Q: When and how was Football Outsiders conceived?

A: I started goofing around with football stats in December of 2002. I was always a fan of Bill James, the baseball statistician, from way back, and I had read Hidden Game of Football by Carroll, Thorn, and Palmer. I didn’t know why I couldn’t find anyone who did this kind of analysis for the NFL on a regular basis. I had questions, and they needed answering. I started playing around with the stats, and within a few months I had some articles. I shared them with some people I knew at larger websites, and they all agreed that the articles were interesting but were for a small niche audience. I got together with some of my frat brothers from Brown, a programmer and two fantasy football columnists, and we launched the site in July 2003. It turned out to be perfect timing because around that time, Michael Lewis’s book Moneyball was starting to become a big deal, and everyone went onto the Web looking for “the Moneyball of (blank).” And there we were.

Q: How many people write for Football Outsiders? Are they all located in a similar geographic location?

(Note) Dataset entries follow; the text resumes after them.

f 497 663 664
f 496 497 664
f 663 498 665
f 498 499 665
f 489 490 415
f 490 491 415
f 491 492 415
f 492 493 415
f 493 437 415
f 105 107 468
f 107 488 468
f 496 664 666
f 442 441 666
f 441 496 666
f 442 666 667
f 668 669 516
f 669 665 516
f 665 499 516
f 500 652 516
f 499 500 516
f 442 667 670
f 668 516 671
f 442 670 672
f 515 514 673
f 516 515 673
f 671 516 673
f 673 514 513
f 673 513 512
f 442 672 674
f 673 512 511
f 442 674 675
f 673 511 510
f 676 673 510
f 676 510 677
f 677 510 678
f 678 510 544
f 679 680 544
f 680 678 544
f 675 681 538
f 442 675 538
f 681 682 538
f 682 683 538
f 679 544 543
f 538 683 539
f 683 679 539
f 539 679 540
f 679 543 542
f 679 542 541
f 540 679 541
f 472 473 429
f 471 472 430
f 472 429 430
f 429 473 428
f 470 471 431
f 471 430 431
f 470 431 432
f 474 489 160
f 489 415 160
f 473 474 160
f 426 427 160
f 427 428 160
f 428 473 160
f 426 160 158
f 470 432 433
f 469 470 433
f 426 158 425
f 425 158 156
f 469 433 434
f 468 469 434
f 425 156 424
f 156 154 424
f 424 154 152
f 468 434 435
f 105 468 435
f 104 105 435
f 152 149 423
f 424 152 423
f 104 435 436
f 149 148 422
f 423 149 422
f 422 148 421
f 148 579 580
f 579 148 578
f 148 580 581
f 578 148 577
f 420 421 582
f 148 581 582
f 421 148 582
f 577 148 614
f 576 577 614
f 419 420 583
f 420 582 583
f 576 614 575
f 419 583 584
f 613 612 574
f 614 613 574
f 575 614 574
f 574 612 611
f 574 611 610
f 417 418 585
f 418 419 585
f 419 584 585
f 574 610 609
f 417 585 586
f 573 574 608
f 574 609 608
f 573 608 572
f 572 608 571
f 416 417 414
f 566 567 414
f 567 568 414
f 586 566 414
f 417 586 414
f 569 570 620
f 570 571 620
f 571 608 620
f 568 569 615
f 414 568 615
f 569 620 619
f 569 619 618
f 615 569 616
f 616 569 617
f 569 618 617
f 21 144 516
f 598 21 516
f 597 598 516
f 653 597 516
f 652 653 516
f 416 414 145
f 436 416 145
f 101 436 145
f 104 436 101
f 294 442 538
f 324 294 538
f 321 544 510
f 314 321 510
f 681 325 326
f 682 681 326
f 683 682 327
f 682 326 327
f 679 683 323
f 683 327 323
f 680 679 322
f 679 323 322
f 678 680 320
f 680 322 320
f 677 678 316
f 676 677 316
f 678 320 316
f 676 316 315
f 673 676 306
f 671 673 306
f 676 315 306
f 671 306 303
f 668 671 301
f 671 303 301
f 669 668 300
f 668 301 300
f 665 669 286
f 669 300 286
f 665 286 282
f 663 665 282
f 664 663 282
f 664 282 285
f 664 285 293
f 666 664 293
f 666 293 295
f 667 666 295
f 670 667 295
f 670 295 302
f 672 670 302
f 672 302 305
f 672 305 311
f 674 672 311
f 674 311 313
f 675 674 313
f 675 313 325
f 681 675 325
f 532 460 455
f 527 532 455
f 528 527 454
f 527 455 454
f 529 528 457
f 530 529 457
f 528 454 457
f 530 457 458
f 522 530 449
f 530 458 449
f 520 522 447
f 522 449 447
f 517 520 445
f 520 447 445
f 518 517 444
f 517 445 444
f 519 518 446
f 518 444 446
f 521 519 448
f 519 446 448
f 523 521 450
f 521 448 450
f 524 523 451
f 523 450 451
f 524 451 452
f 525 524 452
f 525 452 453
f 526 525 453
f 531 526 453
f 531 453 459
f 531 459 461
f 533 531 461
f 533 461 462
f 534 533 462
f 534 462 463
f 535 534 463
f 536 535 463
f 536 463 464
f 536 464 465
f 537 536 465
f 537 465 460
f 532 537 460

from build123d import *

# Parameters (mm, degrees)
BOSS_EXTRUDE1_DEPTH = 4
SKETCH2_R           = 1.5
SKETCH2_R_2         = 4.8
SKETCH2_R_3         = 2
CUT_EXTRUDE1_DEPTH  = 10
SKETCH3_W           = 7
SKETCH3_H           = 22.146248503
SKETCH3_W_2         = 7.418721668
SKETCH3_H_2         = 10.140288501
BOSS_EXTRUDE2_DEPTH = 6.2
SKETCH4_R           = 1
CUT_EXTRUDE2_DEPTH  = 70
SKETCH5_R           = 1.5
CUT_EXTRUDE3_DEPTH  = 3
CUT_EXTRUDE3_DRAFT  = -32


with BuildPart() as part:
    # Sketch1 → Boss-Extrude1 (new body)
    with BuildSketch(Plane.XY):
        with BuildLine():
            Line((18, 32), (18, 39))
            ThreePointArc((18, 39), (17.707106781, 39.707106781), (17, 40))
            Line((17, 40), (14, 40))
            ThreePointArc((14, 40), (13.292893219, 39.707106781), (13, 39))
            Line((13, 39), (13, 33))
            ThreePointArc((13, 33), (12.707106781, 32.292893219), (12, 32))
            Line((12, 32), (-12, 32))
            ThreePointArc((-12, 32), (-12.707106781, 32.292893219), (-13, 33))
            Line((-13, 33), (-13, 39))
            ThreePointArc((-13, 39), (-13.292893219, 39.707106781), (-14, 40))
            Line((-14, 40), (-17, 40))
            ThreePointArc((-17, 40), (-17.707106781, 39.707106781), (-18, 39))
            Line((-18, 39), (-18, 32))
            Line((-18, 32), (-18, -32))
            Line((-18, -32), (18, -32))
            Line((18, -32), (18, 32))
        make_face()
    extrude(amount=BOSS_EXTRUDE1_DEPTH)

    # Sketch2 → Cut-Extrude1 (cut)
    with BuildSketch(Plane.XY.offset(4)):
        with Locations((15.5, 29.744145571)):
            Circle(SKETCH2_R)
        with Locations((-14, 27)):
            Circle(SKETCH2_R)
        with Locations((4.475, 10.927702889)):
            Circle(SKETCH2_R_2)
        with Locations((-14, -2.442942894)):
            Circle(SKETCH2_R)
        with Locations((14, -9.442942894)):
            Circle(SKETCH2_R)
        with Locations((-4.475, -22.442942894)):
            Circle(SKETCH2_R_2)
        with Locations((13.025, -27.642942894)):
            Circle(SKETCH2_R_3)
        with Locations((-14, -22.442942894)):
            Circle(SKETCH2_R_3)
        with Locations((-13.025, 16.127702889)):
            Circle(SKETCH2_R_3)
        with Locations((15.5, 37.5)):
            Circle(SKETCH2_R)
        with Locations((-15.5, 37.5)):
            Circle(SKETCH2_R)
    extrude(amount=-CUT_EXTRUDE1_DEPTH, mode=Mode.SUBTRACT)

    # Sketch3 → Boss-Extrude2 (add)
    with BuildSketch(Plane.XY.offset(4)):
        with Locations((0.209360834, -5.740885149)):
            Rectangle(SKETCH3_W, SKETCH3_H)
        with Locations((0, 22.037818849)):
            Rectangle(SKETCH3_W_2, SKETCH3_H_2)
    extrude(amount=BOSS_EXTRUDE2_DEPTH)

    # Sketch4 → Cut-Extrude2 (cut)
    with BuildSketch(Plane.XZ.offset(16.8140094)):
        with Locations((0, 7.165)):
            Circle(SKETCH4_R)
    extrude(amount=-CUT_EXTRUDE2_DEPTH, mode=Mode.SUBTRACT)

A: No, people are spread all over the country. I’ve never even met some of my writers. There are only two full-time workers, me and Bill Barnwell, and we both live in the Boston area, but none of the other writers are here. We’ve got a couple in Seattle, a couple in Chicago. Mike Tanier is in South Jersey, Ben Muth out in Arizona. The college guys live in good college hotbeds: South Bend, Columbia, MO, Gainesville, and Atlanta. There are about a dozen guys who write for FO in one way or another, plus a couple guys who help out with programming.

One of the best parts of this has been the people coming out of the woodwork to write. I reached out to a couple of guys who had good blogs– that’s how I got the two college statisticians, Brian Fremeau and Bill Connelly– but also people reached out to me. Mike Tanier is the best pure writer on the staff; he approached me after working for a newspaper syndication service that didn’t even put his name on the articles. Ben Muth came to us last year, which now gives us an ex-player on staff; he was an all-Pac-10 left tackle at Stanford. And then people have become successful enough to make this into a career. Doug Farrar now makes a living writing, split between four websites (FO is one of them). Michael David Smith was the first outside writer I hired who wasn’t one of my Brown frat brothers, and he outgrew us and now writes full time for AOL. It’s great to have the opportunity to write about sports for a living, and it’s also great to be able to help other people get that opportunity.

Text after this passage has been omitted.